Fronted by Elijah Miller, with John Kleber on lead guitar and Joan Chew on bass, the Brooklyn trio's second album is a collection of brooding indie psych folk hung around the concept of, as it says in the notes, "our generational search for luxury and ease at the expense of other people's further-away-lives."
As such, it opens with the chugging bassline and brooding keys of 'Taxidermy Eden', an update on the Adam and Eve story where ennui has supplanted wonder, waiting for the world in stasis to end, squally guitars taking it to the close. The ragga rhythm-like 'Waste All The Time' introduces Joy Division hollow drums as it builds to an anthem flourish, then along comes the album's conceptual centrepoint, 'A Medication List'. Influenced by the juggernaut driving krautrock rhythms of Can, it has Miller addressing his late father's early-onset Parkinson's and his lengthy struggle to combat it, much of the lyric comprising of exactly what the title states, as echoes of Bowie enter the mix in the final stages.
One of the folkiest numbers vocally, the irony-laden 'American Triumph' continues the theme of medical palliatives and extends it into the field of control ("it's your brain but it's our business") while, elsewhere, the slow march dirge 'RG 40' mines similar territory with an optimistic sheen ("you got good news/Split molecules"), 'Golden Age Addiction' ("so many choices, nobody can blame you") rides a nervy pizzicato keyboards riff before exploding into a soaring guitar solo and, another list-centric lyric, the Bowieseque swaying 'The Company You Keep' returns to the notion of control ("there are slaves in the soles of your sneakers…there are slaves in the diamonds that you gave to your love.. there are slaves in the eyes watching down from above."
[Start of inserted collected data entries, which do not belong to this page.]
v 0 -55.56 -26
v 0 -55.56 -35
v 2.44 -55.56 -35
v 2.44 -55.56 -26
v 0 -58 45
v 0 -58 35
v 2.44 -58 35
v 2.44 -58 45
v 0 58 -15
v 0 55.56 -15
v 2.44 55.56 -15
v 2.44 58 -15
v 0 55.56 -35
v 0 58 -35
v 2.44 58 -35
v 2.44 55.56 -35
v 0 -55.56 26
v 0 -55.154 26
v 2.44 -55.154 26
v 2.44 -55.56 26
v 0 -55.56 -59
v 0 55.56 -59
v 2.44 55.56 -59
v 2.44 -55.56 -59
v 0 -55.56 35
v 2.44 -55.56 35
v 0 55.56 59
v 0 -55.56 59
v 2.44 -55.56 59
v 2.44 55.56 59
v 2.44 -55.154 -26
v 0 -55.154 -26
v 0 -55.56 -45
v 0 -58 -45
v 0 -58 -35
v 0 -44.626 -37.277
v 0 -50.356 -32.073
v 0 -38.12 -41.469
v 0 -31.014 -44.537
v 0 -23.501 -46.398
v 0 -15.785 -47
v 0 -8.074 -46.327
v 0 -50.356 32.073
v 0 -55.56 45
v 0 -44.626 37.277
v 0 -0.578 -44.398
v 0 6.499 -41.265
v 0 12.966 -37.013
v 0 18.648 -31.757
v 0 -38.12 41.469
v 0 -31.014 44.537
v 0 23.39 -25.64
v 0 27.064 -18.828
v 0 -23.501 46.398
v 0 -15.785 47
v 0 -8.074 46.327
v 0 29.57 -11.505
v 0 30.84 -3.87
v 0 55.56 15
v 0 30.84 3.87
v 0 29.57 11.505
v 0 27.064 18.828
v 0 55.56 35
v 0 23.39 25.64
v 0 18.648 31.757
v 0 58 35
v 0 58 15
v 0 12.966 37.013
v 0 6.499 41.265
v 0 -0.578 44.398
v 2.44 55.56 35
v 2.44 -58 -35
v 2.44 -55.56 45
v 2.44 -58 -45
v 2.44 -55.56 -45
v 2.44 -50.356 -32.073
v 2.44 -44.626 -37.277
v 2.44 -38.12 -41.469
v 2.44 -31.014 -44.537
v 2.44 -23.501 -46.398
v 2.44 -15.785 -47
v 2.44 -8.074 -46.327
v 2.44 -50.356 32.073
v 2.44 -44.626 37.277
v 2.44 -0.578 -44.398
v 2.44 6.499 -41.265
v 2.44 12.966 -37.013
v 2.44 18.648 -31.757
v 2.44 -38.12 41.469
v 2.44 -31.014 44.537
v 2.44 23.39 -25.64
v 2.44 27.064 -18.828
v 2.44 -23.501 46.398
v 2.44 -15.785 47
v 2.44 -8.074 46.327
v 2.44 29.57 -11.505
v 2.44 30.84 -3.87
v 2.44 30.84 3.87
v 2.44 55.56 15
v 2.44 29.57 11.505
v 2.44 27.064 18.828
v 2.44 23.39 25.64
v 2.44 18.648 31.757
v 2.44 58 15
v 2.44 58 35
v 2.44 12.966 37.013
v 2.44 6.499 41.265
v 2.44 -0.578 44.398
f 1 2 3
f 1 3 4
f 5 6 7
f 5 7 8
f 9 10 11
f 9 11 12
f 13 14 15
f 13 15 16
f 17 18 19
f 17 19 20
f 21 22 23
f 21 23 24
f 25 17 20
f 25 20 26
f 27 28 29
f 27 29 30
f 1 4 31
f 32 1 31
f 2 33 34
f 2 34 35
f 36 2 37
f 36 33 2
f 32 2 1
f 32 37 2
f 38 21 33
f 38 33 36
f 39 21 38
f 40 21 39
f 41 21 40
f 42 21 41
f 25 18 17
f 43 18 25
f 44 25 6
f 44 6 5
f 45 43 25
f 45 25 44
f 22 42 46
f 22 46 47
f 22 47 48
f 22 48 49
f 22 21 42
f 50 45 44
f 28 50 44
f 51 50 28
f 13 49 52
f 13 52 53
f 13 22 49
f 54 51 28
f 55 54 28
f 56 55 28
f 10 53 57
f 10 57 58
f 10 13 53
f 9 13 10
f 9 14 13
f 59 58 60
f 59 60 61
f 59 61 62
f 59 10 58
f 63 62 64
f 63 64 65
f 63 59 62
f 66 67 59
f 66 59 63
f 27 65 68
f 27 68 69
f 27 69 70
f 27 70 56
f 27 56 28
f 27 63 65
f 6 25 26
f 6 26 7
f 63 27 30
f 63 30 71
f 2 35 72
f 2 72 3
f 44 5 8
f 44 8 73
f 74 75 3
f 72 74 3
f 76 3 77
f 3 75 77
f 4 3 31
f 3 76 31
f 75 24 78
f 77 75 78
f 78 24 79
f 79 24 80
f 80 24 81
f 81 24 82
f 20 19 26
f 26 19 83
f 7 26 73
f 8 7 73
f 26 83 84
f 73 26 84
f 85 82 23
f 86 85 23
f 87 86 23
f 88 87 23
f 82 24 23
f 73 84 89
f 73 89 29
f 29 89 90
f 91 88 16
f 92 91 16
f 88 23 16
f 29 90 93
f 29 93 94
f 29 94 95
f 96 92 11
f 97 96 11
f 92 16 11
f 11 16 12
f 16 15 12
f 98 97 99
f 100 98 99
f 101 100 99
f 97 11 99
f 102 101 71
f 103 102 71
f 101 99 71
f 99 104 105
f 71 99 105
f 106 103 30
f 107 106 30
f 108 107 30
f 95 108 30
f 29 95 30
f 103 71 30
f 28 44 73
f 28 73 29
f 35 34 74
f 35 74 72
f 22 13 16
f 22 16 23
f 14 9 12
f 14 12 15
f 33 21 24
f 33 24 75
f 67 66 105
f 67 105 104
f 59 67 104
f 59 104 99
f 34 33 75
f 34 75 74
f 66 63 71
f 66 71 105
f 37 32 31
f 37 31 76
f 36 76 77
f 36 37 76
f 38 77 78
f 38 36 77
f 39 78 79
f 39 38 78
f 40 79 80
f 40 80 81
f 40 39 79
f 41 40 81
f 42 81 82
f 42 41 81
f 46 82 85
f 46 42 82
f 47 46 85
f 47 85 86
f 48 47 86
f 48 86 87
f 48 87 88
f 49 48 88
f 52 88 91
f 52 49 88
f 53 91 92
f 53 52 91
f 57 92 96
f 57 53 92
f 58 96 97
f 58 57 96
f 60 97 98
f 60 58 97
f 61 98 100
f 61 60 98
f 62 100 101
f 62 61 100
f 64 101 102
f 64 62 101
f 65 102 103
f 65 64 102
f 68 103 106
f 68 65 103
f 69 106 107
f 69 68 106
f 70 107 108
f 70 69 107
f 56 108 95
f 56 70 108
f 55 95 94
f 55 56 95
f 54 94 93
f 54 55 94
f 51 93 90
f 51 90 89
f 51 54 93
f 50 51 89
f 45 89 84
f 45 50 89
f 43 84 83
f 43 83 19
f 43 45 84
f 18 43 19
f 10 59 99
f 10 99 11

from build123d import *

# Parameters (mm, degrees)
SALIENTE_EXTRUIR1_DEPTH = 2.44


with BuildPart() as part:
    # Croquis1 → Saliente-Extruir1 (new body)
    with BuildSketch(Plane(origin=(0, 0, 0), x_dir=(0, 0, -1), z_dir=(1, 0, 0))):
        with BuildLine():
            Line((26, -55.56), (26, -55.153543901))
            ThreePointArc((26, -55.153543901), (0, 31), (-26, -55.153543901))
            Line((-26, -55.153543901), (-26, -55.56))
            Line((-26, -55.56), (-35, -55.56))
            Line((-35, -55.56), (-35, -58))
            Line((-35, -58), (-45, -58))
            Line((-45, -58), (-45, -55.56))
            Line((-45, -55.56), (-59, -55.56))
            Line((-59, -55.56), (-59, 55.56))
            Line((-59, 55.56), (-35, 55.56))
            Line((-35, 55.56), (-35, 58))
            Line((-35, 58), (-15, 58))
            Line((-15, 58), (-15, 55.56))
            Line((-15, 55.56), (15, 55.56))
            Line((15, 55.56), (15, 58))
            Line((15, 58), (35, 58))
            Line((35, 58), (35, 55.56))
            Line((35, 55.56), (59, 55.56))
            Line((59, 55.56), (59, -55.56))
            Line((59, -55.56), (45, -55.56))
            Line((45, -55.56), (45, -58))
            Line((45, -58), (35, -58))
            Line((35, -58), (35, -55.56))
            Line((35, -55.56), (26, -55.56))
        make_face()
    extrude(amount=SALIENTE_EXTRUIR1_DEPTH)


solid = part.part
If there's a hint of Roger Waters there, it's more explicit on the keys-backed narcotic sway of 'Smoke and Lungs' with its dreamy singalong chorus, the album winding down with the jazz-inflected, bass-heavy 'Fractions', another early Bowie nod on 'India Oil' (returning to the search for miracle cures), the scat-intro rhythmic lope of 'A Memory Made' and the riff-driven, heavy circling drum pattern of 'Dreaming of Flying' with its digression into psychedelic pastures. It all ends in epic form with the ten-minute, guitar frameworked 'For Jack', a comedown instrumental that plays like the fluctuating graph on a heart monitor, riding to peaks before finally ebbing away on a sonic wash of white noise.
Admittedly, not one for those who like their psych-folk/rock parameters well-defined, but if you're prepared to ride the tides of its musical and thematic flow, this has much to offer.